Она берёт хлеб и отдаёт деньги. Тут подбегает пацанёнок и дёргает её за рукав:
— Тётя вас дядя на улице ждёт. Идёмте быстрей…
Соня, широко раскрыв глаза. оборачивается и отдаёт мне сумку с хлебом:
— Передай девушкам.
Отходит на пару шагов, и что-то говорит мне, но я из-за шума не разбираю слова. По щекам Сони текут слёзы. Она поворачивается и выходит из магазина.

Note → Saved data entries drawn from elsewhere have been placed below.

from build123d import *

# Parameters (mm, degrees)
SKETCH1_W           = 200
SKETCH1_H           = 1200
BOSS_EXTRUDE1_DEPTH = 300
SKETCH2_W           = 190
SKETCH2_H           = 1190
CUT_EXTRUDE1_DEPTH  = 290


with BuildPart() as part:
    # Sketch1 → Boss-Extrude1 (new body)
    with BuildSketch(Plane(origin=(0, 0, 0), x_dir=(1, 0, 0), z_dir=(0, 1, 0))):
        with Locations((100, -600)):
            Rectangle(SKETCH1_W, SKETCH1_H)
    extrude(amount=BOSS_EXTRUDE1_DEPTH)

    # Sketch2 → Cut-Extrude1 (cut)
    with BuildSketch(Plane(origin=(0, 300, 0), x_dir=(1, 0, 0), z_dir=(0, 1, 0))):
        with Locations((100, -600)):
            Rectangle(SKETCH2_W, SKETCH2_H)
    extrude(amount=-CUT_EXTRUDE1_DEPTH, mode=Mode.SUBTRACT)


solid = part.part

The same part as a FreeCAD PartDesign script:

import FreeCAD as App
import Part
import Sketcher
from FreeCAD import Vector


def add_polygon(sketch, points):
    """Adds a closed chain of lines whose ends are joined by coincident constraints."""
    first, n = sketch.GeometryCount, len(points)
    for a, b in zip(points, points[1:] + points[:1]):
        sketch.addGeometry(Part.LineSegment(App.Vector(*a, 0), App.Vector(*b, 0)), False)
    for i in range(n):
        sketch.addConstraint(Sketcher.Constraint("Coincident", first + i, 2, first + (i + 1) % n, 1))

doc = App.newDocument("Part")
body = doc.addObject("PartDesign::Body", "Body")

sketch1 = body.newObject("Sketcher::SketchObject", "Sketch")
sketch1.AttachmentSupport = (doc.getObject("XZ_Plane"), [""])
sketch1.MapMode = "FlatFace"
add_polygon(sketch1, [(0, 0), (0, 1200), (200, 1200), (200, 0)])
sketch1.addConstraint(Sketcher.Constraint("Vertical", 0))
sketch1.addConstraint(Sketcher.Constraint("Horizontal", 1))
sketch1.addConstraint(Sketcher.Constraint("Vertical", 2))
sketch1.addConstraint(Sketcher.Constraint("Horizontal", 3))
sketch1.addConstraint(Sketcher.Constraint("Coincident", 3, 2, -1, 1))
sketch1.addConstraint(Sketcher.Constraint("DistanceX", 1, 1, 1, 2, 200.0))
sketch1.addConstraint(Sketcher.Constraint("DistanceY", 0, 1, 0, 2, 1200.0))
pad1 = body.newObject("PartDesign::Pad", "Pad")
pad1.Profile = sketch1
pad1.Length = 300
pad1.Reversed = True

sketch2 = body.newObject("Sketcher::SketchObject", "Sketch001")
sketch2.AttachmentSupport = (doc.getObject("XZ_Plane"), [""])
sketch2.MapMode = "FlatFace"
sketch2.AttachmentOffset = App.Placement(Vector(0, 0, -300), App.Rotation())
add_polygon(sketch2, [(5, 5), (5, 1195), (195, 1195), (195, 5)])
sketch2.addConstraint(Sketcher.Constraint("Vertical", 0))
sketch2.addConstraint(Sketcher.Constraint("Horizontal", 1))
sketch2.addConstraint(Sketcher.Constraint("Vertical", 2))
sketch2.addConstraint(Sketcher.Constraint("Horizontal", 3))
sketch2.addConstraint(Sketcher.Constraint("DistanceX", 1, 1, 1, 2, 190.0))
sketch2.addConstraint(Sketcher.Constraint("DistanceY", 0, 1, 0, 2, 1190.0))
sketch2.addConstraint(Sketcher.Constraint("DistanceX", -1, 1, 0, 2, 5.0))
sketch2.addConstraint(Sketcher.Constraint("DistanceY", -1, 1, 0, 2, 1195.0))
pocket1 = body.newObject("PartDesign::Pocket", "Pocket")
pocket1.Profile = sketch2
pocket1.Length = 290
pocket1.Reversed = True

doc.recompute()
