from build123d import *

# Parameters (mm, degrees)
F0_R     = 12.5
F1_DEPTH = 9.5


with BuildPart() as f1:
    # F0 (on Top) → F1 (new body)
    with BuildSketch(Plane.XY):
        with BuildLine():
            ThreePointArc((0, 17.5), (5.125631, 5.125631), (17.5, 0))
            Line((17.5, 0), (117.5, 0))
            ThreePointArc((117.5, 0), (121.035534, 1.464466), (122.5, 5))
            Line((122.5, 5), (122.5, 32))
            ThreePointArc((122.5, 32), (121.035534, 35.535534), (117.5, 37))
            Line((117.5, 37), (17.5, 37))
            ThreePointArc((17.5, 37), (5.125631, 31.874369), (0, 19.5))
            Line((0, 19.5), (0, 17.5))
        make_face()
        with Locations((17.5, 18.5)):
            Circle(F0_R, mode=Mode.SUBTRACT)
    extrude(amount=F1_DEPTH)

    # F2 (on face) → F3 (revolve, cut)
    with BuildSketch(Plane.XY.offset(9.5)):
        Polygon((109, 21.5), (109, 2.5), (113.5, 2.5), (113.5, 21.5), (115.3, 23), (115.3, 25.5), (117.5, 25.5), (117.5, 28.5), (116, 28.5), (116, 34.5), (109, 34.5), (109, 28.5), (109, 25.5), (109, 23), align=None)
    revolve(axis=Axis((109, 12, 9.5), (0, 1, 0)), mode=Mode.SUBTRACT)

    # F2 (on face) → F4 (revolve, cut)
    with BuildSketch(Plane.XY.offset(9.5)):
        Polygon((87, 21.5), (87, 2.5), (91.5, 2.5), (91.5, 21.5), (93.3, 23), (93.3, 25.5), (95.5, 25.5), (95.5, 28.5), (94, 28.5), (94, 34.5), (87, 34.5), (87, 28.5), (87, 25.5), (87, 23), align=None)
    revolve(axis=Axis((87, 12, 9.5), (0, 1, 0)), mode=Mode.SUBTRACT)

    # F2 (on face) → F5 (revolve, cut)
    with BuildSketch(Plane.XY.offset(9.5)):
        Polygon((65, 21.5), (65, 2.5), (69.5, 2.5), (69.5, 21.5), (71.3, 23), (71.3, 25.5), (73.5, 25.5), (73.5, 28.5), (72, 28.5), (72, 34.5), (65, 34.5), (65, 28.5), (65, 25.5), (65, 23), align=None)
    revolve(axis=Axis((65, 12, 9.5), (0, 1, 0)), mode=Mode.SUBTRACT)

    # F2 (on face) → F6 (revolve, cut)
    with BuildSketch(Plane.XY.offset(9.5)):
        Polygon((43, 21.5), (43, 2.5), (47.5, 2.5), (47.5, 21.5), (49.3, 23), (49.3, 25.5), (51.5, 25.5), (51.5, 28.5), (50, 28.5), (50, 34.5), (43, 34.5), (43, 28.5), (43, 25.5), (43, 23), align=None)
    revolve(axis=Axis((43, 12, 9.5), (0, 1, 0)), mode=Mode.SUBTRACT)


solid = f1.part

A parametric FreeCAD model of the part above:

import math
import FreeCAD as App
import Part
import Sketcher

V = App.Vector
Q = App.Units.Quantity

doc = App.newDocument("Part")
body = doc.addObject("PartDesign::Body", "Body")

# Sketch on XY plane
sketch1 = body.newObject("Sketcher::SketchObject", "Sketch")
sketch1.AttachmentSupport = (doc.getObject("XY_Plane"), [""])
sketch1.MapMode = "FlatFace"
sketch1.addGeometry(Part.ArcOfCircle(Part.Circle(V(17.5, 17.5, 0), V(0, 0, 1), 17.5), math.radians(180), math.radians(270)), False)
sketch1.addGeometry(Part.LineSegment(V(17.5, 0, 0), V(117.5, 0, 0)), False)
sketch1.addGeometry(Part.ArcOfCircle(Part.Circle(V(117.5, 5, 0), V(0, 0, 1), 5), math.radians(-90), math.radians(0)), False)
sketch1.addGeometry(Part.LineSegment(V(122.5, 5, 0), V(122.5, 32, 0)), False)
sketch1.addGeometry(Part.ArcOfCircle(Part.Circle(V(117.5, 32, 0), V(0, 0, 1), 5), math.radians(0), math.radians(90)), False)
sketch1.addGeometry(Part.LineSegment(V(117.5, 37, 0), V(17.5, 37, 0)), False)
sketch1.addGeometry(Part.ArcOfCircle(Part.Circle(V(17.5, 19.5, 0), V(0, 0, 1), 17.5), math.radians(90), math.radians(180)), False)
sketch1.addGeometry(Part.LineSegment(V(0, 19.5, 0), V(0, 17.5, 0)), False)
sketch1.addGeometry(Part.Circle(V(17.5, 18.5, 0), V(0, 0, 1), 12.5), False)
sketch1.addConstraint(Sketcher.Constraint("Tangent", 0, 2, 1, 1))
sketch1.addConstraint(Sketcher.Constraint("Tangent", 1, 2, 2, 1))
sketch1.addConstraint(Sketcher.Constraint("Tangent", 2, 2, 3, 1))
sketch1.addConstraint(Sketcher.Constraint("Tangent", 3, 2, 4, 1))
sketch1.addConstraint(Sketcher.Constraint("Tangent", 4, 2, 5, 1))
sketch1.addConstraint(Sketcher.Constraint("Tangent", 5, 2, 6, 1))
sketch1.addConstraint(Sketcher.Constraint("Tangent", 6, 2, 7, 1))
sketch1.addConstraint(Sketcher.Constraint("Tangent", 7, 2, 0, 1))
sketch1.addConstraint(Sketcher.Constraint("Horizontal", 1))
sketch1.addConstraint(Sketcher.Constraint("Vertical", 3))
sketch1.addConstraint(Sketcher.Constraint("Horizontal", 5))
sketch1.addConstraint(Sketcher.Constraint("Vertical", 7))
sketch1.addConstraint(Sketcher.Constraint("Equal", 2, 4))
sketch1.addConstraint(Sketcher.Constraint("Equal", 0, 6))
sketch1.addConstraint(Sketcher.Constraint("PointOnObject", 0, 2, -1))
sketch1.addConstraint(Sketcher.Constraint("PointOnObject", 6, 2, -2))
sketch1.addConstraint(Sketcher.Constraint("Vertical", 6, 3, 8, 3))
sketch1.addConstraint(Sketcher.Constraint("Diameter", 8, Q("25 mm")))
sketch1.addConstraint(Sketcher.Constraint("Radius", 2, Q("5 mm")))
sketch1.addConstraint(Sketcher.Constraint("Radius", 0, Q("17.499999 mm")))
sketch1.addConstraint(Sketcher.Constraint("DistanceX", 1, 1, 1, 2, Q("100 mm")))
sketch1.addConstraint(Sketcher.Constraint("DistanceY", 3, 1, 3, 2, Q("27 mm")))
sketch1.addConstraint(Sketcher.Constraint("DistanceY", 0, 3, 8, 3, Q("1.000001 mm")))
pad1 = body.newObject("PartDesign::Pad", "Pad")
pad1.Profile = sketch1
pad1.Length = 9.5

Я получаю хлеб. Отсчитываю деньги. Выхожу. Сони нет на улице. Быстрым шагом дохожу до угла магазина. Никого. Бросаюсь бегом к другому углу. Потом в пустой магазинный задворок. Стоят, разговаривают. Соня вытирает глаза и что-то говорит Сёме. Тот наклоняется и целует девушку в губы. Потом замирают уставившись друг на друга. Сёма достаёт блеснувший лезвием нож. Чуть отводит руку назад и вонзает Соне под грудь.
Семён пытался убежать, но я подсёк его прямо у входа в магазин. Бдительные граждане вызвали наряд милиции и скорую. Милиция записала мои показания. Врачи констатировали смерть девушки.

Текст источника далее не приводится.